After a harrowing mass shooting this week at Michigan State University that left three students dead and five others severely injured, some students are pushing for a temporary remote-learning option to accommodate those who don’t yet feel safe going to classrooms.
Michigan State suspended all classes and campus activities immediately after the shooting. University leaders said on Thursday that they planned to resume in-person classes on Monday. But more than 15,000 people have signed a Change.org petition calling on the university, in East Lansing, to offer hybrid and online options for “students and parents who are uncomfortable with returning to campus with such haste.”
A Thursday editorial in The State News, the campus newspaper, declared: “We’re not going to class Monday.”
As the violence unfolded in two campus buildings last Monday night, students, faculty, and staff were locked down in classrooms, dorm rooms, and other facilities. They relied on social media and text alerts for updates.
Mikayla Stokes, a junior political-science major who signed the petition, told The Chronicle that while some of her peers wanted to “reclaim” the campus that is home to them, others felt it was too soon to try to resume normal activities.
“Right now, the students, faculty, and staff at MSU need to be offered flexibility and grace to heal and grieve as they individually see fit,” Stokes wrote in an email. “To not offer options to accommodate the needs for each Spartan’s personal healing process would be cruel. No individual needs should be dictated right now.”
A similar scenario played out last fall at the University of Idaho: In November, students left the campus in droves after four of their peers were stabbed to death in an off-campus residence and no suspect was immediately named. The university offered a remote-learning option to students for the rest of the semester, which was nearly over. In late December, a Ph.D. student at nearby Washington State University was arrested and charged in the students’ murders.
Michigan State’s Berkey Hall, an academic building where the shootings began, will be closed for the rest of the semester, university officials said during a news conference on Thursday. The administration is still deciding what to do about the MSU Union, where the shootings continued.
The interim president, Teresa K. Woodruff, said there were “ongoing discussions” about whether to offer an online option for students.
“We’re considering all options for the manner with which we continue the continuity of education, research, and outreach on this campus,” Woodruff said.
Daniel Olsen, a Michigan State spokesperson, said university leaders were talking about what a return to the classroom on Monday might look like.
We need time to process this. My safe place, my friends’ safe place, my classmates’ safe place, has become a crime scene.
Some signers of the online petition left comments that identified themselves as Michigan State students.

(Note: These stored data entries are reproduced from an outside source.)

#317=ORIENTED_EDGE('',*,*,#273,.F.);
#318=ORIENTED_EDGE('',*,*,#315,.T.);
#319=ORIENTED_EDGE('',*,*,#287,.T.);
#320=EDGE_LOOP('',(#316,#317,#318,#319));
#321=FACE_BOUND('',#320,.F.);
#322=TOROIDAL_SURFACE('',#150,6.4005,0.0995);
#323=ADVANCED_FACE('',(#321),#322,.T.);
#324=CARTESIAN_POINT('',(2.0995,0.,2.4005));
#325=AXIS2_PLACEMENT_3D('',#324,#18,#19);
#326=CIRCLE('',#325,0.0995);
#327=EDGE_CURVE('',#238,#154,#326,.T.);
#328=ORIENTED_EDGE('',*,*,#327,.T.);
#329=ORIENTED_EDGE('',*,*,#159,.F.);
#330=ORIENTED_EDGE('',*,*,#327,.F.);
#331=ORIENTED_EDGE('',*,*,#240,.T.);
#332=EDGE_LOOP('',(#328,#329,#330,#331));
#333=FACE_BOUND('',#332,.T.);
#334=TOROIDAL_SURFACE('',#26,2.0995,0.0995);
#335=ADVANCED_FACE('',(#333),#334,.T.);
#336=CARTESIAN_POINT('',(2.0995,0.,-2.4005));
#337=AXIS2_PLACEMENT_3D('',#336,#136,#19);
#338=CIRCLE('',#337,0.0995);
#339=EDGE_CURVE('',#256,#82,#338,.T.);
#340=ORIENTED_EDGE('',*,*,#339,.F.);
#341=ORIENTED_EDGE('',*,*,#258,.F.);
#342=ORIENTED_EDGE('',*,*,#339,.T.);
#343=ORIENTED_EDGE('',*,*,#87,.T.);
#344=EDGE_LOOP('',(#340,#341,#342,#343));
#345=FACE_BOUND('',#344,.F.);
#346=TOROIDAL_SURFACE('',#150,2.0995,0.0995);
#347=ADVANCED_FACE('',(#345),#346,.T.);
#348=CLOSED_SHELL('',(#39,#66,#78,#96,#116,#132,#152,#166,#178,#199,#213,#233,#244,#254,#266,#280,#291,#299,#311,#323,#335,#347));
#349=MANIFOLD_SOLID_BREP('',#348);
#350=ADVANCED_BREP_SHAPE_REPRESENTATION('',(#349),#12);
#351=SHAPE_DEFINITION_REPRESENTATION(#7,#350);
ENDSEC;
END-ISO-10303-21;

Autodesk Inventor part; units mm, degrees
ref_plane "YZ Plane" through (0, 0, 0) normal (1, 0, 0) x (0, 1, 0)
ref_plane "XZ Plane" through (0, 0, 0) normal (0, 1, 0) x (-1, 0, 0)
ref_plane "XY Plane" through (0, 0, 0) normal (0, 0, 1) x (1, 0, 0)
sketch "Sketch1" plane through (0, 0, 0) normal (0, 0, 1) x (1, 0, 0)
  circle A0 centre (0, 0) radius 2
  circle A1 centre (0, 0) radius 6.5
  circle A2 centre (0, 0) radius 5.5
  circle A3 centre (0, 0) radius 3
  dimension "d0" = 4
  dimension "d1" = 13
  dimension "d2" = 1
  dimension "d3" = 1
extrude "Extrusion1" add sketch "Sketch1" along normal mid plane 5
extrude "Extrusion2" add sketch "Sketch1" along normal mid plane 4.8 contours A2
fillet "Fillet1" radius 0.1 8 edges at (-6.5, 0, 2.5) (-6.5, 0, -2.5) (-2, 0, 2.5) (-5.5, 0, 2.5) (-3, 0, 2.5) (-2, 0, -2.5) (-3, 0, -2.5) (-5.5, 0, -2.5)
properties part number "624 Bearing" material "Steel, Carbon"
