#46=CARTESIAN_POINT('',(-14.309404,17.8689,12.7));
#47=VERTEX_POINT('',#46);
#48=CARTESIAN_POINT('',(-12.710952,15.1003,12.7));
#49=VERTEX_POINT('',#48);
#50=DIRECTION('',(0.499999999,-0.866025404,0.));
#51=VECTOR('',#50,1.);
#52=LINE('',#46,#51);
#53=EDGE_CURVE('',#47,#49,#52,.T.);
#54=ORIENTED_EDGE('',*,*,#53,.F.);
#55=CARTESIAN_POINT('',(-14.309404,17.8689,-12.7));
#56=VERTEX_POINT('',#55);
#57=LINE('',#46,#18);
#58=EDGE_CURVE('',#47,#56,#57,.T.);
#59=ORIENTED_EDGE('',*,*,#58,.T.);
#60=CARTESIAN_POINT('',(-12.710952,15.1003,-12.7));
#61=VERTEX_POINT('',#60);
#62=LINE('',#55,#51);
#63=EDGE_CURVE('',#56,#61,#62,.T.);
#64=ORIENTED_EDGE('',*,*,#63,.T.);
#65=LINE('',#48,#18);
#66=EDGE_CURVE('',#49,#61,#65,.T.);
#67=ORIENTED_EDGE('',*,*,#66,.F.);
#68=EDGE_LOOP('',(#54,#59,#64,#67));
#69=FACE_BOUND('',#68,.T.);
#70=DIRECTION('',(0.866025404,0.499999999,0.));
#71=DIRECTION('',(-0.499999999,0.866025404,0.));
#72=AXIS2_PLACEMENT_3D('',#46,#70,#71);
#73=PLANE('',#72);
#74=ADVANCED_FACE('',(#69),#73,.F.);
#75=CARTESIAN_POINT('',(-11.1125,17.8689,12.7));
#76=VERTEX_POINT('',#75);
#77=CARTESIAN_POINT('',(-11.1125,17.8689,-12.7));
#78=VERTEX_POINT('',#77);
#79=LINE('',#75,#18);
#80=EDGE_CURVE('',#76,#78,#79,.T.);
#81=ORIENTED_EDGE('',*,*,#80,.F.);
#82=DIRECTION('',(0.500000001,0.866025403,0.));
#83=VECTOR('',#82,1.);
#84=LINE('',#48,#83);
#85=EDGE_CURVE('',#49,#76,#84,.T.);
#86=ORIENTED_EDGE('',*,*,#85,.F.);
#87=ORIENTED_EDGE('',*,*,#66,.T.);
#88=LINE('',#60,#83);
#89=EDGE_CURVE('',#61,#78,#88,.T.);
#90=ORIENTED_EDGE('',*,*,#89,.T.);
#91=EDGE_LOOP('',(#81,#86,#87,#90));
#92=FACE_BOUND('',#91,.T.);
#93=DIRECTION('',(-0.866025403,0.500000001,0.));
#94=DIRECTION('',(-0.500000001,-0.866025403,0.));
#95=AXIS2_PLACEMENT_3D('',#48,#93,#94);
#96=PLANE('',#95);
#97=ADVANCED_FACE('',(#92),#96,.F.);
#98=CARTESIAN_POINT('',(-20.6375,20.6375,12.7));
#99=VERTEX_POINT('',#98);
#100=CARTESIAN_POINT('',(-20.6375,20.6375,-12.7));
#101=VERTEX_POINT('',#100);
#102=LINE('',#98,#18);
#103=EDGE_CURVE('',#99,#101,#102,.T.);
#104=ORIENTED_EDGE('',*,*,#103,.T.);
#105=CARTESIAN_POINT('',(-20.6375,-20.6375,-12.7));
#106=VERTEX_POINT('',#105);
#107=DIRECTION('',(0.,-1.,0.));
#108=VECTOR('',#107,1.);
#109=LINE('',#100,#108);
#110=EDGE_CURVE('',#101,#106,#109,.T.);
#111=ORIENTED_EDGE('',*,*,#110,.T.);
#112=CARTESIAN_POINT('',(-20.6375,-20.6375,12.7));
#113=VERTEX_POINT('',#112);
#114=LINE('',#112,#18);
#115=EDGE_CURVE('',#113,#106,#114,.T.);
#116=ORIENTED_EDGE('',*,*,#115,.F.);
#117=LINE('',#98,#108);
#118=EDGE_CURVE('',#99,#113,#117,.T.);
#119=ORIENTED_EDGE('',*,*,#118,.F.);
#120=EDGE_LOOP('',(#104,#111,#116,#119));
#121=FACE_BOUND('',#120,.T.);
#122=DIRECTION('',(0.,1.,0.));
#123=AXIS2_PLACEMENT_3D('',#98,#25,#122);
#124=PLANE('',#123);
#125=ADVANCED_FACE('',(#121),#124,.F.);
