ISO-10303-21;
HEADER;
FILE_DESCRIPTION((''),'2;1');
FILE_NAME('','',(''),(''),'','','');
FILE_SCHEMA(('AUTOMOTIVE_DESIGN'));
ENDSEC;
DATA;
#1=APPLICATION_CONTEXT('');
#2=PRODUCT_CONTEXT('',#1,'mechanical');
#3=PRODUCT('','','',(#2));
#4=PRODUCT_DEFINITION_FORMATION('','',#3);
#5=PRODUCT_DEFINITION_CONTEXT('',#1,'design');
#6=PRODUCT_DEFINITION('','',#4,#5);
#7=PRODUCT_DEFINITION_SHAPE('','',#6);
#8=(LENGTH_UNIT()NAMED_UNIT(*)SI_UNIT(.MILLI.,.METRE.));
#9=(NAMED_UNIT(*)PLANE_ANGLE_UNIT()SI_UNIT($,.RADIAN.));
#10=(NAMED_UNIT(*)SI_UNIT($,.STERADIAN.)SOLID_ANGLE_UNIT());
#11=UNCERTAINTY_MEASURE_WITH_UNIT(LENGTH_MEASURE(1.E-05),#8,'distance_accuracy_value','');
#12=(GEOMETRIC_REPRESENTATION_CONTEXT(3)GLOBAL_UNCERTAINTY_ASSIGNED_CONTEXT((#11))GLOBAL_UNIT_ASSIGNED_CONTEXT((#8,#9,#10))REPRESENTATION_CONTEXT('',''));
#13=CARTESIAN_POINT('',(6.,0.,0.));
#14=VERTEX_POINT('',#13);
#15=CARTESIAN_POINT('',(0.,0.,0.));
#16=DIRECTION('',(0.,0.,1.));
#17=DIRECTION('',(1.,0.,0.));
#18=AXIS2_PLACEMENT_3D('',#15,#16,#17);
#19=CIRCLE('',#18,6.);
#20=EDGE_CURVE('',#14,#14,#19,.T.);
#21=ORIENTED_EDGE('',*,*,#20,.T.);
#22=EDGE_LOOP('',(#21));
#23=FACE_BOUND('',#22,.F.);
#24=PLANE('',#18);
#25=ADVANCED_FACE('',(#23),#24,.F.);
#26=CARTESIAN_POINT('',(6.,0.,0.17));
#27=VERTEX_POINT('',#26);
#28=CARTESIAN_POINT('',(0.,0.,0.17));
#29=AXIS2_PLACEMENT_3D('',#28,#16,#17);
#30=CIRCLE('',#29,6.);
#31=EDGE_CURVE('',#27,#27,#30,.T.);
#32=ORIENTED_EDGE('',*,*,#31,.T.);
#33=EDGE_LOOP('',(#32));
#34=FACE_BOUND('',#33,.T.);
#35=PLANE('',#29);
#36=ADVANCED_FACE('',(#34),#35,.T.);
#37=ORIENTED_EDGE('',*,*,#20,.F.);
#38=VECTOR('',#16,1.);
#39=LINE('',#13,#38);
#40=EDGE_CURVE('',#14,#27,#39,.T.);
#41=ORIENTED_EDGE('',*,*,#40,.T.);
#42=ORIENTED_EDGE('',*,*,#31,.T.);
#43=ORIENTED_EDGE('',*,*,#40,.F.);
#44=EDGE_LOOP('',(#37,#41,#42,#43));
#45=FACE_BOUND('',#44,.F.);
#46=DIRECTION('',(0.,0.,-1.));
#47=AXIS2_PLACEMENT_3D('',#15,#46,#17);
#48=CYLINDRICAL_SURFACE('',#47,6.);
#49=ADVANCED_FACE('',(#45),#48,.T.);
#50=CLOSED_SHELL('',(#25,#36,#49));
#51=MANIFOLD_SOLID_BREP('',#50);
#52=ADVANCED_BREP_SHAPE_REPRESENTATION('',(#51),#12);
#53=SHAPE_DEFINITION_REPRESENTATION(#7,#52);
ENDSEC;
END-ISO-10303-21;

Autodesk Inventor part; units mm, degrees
ref_plane "YZ Plane" through (0, 0, 0) normal (1, 0, 0) x (0, 1, 0)
ref_plane "XZ Plane" through (0, 0, 0) normal (0, 1, 0) x (-1, 0, 0)
ref_plane "XY Plane" through (0, 0, 0) normal (0, 0, 1) x (1, 0, 0)
sketch "glass sketch" plane through (0, 0, 0) normal (0, 0, 1) x (1, 0, 0)
  circle A0 centre (0, 0) radius 6
  dimension "d0" = 12
extrude "glass" add sketch "glass sketch" along normal blind 0.17
equation "\"d0\" = glass_d"
equation "\"d1\" = glass_t"
equation "\"glass_d\" = 12"
equation "\"glass_t\" = 0.17"
properties part number "BUY - Cover glass - D12 x 0.17"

Those commenters said they would feel too anxious in physical classrooms to be able to learn. Many said they needed more time and space to recover from the trauma they had experienced on Monday.
“We need time to process this,” one wrote. “My safe place, my friends’ safe place, my classmates’ safe place, has become a crime scene. This can’t be healed in a week. We don’t feel safe.”

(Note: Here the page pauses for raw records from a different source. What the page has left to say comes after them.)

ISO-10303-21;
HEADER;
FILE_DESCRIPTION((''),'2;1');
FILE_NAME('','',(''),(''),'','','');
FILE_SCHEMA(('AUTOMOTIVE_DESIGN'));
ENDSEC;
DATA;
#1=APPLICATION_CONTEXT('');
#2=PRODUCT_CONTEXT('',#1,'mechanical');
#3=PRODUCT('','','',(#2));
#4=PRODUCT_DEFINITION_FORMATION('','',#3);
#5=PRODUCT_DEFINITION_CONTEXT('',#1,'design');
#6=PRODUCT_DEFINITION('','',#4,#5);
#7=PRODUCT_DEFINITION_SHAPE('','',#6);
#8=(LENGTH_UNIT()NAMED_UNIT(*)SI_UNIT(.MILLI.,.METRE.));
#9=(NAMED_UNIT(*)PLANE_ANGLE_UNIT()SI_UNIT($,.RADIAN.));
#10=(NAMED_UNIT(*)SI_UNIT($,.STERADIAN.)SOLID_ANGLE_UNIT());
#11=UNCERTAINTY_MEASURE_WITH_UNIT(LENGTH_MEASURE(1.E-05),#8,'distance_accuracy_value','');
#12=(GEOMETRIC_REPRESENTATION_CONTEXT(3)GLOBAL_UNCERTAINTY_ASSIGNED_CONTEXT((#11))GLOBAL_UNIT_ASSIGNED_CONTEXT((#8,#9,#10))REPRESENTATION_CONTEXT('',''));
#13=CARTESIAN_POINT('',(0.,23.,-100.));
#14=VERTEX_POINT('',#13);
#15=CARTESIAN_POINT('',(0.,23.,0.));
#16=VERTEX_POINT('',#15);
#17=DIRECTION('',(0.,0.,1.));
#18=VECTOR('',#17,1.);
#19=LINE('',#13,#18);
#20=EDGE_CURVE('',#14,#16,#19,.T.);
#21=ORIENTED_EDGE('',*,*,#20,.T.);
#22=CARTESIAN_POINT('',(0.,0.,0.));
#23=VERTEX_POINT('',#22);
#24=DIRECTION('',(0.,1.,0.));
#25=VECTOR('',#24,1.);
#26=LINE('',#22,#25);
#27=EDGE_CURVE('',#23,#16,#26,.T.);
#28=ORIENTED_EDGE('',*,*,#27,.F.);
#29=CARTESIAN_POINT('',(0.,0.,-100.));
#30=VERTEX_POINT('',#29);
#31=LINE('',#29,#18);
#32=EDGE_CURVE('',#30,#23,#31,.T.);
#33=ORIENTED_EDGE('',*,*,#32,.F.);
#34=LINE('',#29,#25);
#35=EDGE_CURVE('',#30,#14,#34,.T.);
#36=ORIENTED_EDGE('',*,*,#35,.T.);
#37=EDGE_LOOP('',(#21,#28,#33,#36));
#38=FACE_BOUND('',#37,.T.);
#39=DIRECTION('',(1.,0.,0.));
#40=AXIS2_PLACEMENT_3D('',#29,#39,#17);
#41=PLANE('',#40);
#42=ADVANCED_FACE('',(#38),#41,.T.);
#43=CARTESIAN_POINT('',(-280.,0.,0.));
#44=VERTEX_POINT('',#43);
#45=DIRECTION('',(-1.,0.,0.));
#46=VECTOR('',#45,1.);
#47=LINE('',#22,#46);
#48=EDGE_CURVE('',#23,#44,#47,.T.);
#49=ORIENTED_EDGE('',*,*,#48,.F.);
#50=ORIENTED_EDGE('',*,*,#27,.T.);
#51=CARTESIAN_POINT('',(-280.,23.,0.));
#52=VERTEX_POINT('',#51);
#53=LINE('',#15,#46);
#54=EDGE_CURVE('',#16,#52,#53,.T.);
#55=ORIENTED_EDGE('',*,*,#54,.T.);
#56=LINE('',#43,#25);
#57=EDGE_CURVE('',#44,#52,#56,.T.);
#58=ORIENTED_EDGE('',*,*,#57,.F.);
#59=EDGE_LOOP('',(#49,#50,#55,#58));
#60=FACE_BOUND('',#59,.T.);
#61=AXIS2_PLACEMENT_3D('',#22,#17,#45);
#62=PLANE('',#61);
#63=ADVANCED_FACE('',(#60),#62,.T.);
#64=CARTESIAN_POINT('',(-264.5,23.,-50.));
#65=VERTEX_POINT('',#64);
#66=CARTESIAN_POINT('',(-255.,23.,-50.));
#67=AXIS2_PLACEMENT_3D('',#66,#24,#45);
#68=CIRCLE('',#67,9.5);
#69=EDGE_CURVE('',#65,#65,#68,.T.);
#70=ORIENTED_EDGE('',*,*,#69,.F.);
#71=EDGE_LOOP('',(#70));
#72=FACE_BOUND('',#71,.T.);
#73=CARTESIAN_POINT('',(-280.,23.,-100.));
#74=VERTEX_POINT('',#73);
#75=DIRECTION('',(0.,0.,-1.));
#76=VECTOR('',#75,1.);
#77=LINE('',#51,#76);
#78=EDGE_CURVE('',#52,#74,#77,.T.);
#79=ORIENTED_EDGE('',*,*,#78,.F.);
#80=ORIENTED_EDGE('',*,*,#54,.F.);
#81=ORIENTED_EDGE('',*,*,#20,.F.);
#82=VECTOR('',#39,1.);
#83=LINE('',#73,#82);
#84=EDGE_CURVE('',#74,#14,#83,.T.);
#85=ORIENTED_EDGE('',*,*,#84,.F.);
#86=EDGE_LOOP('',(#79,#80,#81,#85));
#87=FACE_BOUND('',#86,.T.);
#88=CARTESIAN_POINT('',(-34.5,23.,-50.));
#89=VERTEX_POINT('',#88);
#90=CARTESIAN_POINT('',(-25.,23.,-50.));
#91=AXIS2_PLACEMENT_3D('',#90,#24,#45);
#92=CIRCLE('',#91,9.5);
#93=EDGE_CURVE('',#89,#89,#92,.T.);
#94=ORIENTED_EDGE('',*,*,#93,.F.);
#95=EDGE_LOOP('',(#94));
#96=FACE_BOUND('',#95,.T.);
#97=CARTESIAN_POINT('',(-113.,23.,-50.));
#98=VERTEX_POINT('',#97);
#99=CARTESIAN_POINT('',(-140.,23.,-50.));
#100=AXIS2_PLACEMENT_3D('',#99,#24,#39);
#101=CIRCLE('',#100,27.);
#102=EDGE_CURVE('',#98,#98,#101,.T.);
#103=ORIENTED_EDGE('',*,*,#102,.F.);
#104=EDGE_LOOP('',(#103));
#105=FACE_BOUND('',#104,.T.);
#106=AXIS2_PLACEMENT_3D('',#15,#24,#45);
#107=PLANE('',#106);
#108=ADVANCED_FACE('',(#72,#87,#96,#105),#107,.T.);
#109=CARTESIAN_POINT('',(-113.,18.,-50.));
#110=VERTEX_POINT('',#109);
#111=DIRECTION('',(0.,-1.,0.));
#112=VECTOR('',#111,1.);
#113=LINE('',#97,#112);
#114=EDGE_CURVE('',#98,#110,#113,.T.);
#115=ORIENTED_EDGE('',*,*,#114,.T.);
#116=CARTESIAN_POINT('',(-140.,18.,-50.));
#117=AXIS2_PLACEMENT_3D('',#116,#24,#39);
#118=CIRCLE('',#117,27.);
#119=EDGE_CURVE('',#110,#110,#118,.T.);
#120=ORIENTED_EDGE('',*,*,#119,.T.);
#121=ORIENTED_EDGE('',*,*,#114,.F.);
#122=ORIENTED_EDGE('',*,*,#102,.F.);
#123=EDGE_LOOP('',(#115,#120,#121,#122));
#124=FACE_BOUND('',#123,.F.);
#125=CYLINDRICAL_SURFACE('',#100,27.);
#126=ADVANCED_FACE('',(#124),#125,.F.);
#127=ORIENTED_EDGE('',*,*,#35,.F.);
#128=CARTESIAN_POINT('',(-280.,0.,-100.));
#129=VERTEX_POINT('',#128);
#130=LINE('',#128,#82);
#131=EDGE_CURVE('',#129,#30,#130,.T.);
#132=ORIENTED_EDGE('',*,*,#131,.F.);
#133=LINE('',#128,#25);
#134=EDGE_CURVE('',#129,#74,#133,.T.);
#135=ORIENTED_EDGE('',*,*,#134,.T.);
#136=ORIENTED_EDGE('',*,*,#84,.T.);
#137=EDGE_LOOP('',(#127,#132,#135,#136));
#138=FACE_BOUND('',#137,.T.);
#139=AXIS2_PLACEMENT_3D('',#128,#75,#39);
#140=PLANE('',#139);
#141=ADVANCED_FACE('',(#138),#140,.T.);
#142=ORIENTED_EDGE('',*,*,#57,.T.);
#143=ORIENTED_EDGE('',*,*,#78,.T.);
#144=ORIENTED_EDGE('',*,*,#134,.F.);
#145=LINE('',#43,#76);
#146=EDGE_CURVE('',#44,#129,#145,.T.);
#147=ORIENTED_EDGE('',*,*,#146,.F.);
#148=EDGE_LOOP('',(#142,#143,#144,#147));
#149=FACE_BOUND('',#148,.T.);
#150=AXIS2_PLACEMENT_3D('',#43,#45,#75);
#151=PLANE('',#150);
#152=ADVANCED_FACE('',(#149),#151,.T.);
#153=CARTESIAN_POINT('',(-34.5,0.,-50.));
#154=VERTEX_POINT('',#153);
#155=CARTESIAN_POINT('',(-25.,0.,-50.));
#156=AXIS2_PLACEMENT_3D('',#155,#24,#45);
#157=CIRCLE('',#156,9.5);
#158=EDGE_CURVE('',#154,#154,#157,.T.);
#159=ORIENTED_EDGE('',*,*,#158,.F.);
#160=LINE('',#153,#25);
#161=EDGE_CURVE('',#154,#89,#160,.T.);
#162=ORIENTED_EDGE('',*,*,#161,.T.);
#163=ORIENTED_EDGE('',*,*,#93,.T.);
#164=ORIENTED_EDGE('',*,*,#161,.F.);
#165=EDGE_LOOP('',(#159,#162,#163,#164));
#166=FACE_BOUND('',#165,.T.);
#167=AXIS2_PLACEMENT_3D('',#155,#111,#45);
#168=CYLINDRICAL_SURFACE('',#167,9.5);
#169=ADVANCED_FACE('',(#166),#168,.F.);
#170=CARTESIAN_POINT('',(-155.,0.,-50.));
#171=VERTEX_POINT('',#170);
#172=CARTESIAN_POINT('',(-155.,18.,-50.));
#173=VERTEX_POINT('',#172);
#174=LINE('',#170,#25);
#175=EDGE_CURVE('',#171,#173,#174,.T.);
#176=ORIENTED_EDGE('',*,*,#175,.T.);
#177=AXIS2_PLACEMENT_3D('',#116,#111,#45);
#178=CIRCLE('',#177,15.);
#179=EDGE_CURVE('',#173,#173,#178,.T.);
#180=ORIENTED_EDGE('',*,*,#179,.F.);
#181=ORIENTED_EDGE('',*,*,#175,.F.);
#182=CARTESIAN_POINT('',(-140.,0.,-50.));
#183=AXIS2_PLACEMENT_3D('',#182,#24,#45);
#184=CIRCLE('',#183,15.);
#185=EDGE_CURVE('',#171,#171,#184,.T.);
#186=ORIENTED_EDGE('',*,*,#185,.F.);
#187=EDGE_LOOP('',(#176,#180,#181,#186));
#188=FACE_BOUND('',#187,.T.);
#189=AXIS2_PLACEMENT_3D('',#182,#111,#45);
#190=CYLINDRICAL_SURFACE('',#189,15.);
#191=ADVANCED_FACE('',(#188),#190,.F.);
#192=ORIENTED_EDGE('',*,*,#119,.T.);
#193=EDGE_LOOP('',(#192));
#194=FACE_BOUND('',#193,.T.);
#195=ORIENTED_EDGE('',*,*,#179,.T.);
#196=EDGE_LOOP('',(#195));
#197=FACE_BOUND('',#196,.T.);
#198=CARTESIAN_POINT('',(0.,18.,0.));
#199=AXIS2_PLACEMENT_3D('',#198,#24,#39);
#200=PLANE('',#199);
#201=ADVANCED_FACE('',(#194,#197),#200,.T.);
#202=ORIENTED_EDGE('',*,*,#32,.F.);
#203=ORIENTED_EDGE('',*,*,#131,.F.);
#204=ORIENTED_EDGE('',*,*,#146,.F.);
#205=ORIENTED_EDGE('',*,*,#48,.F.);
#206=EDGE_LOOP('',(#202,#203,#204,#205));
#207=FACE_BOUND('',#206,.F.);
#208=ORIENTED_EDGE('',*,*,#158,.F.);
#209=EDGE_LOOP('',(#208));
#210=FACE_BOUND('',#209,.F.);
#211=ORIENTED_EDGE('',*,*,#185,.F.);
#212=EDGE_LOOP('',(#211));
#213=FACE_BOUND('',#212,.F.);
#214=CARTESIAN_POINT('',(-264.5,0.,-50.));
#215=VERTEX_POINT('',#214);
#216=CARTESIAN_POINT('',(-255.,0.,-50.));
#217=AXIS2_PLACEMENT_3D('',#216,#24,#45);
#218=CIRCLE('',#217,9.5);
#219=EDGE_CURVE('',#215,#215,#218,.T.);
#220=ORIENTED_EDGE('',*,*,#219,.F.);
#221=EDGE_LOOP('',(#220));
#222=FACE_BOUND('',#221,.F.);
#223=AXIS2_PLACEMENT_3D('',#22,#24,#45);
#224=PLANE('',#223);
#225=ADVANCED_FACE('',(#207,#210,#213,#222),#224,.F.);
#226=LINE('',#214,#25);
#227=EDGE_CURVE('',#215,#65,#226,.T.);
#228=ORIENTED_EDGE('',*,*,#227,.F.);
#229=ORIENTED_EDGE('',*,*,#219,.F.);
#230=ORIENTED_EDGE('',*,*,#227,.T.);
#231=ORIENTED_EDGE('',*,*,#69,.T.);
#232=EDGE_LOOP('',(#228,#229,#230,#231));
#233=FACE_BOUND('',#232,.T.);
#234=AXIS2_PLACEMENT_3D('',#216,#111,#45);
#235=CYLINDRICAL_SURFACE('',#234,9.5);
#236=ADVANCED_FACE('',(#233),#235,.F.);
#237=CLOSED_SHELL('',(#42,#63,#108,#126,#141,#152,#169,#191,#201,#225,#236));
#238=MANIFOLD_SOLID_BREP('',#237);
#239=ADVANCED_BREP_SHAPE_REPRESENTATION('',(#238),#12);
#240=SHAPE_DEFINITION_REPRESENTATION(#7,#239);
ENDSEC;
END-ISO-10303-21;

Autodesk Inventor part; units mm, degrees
ref_plane "YZ Plane" through (0, 0, 0) normal (1, 0, 0) x (0, 1, 0)
ref_plane "XZ Plane" through (0, 0, 0) normal (0, 1, 0) x (-1, 0, 0)
ref_plane "XY Plane" through (0, 0, 0) normal (0, 0, 1) x (1, 0, 0)
sketch "Sketch2" plane through (0, 0, 0) normal (0, 1, 0) x (-1, 0, 0)
  line L0 (0, 0) -> (280, 0)
  line L1 (280, 0) -> (280, -100)
  line L2 (280, -100) -> (0, -100)
  line L3 (0, -100) -> (0, 0)
  circle A0 centre (140, -50) radius 15
  circle A1 centre (255, -50) radius 9.5
  circle A2 centre (25, -50) radius 9.5
  dimension "d0" = 280
  dimension "d1" = 100
  dimension "d2" = 30
  dimension "d3" = 19
  dimension "d4" = 19
  dimension "d5" = 115
  dimension "d6" = 115
extrude "Extrusion2" add sketch "Sketch2" along normal blind 23
sketch "Sketch4" plane through (0, 23, 0) normal (0, 1, 0) x (1, 0, 0)
  circle A0 centre (-140, 50) radius 27
  point P0 (0, 0)
  dimension "d11" = 54
extrude "Extrusion3" cut sketch "Sketch4" against normal blind 5
sketch "Sketch5" plane through (0, 23, 0) normal (0, 1, 0) x (1, 0, 0)
  point P0 (0, 0)
properties part number "top plate"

Several described feeling scared whenever they left their residences.
“Even just returning to my off-campus jobs feels strange and foreign,” one wrote. “Any sense of security for students like I and my friends [sic] has been completely shattered, and even just leaving my apartment to toss out trash makes me anxious and uneasy.”
Helping Both Students and Professors
Teaching experts told The Chronicle that the decision to conduct classes remotely or in a hybrid format should come from the top — so that faculty members, experiencing their own trauma from the shootings, would not have to make decisions that could be unpopular with students.
“It can be very difficult, depending on the systemic structures or the policies of the university, to make the call on your own as a faculty member,” said Joshua Eyler, director of the University of Mississippi’s Center for Excellence in Teaching and Learning. “At many universities, you need to get clearance to move even a single class to remote.”
Eyler said that if Michigan State decided to offer an online-learning option, it would need to provide faculty members with resources to support the transition to that option. This could include linking faculty members with teaching assistants to help develop online tools for students.
Andrea Aebersold, incoming executive director of the Center for Teaching and Learning at Montana State University at Billings, said it was important to remember that traumatized students will not absorb information well in any modality. But feeling safe could help them learn more.
“If you can do the best that you can as a faculty member to make a space where learning can still happen at some capacity, that is still something,” Aebersold said.
While tragedies on campus have always existed, Eyler said, the Covid-19 pandemic showed colleges and their students that it was possible to move online quickly.
“This is a tragedy compounded upon three years of trauma, so it’s only natural to respond by asking for flexibility from their institutions,” Eyler said. “I hope that Michigan State is able to provide the structures so that that need can be met.”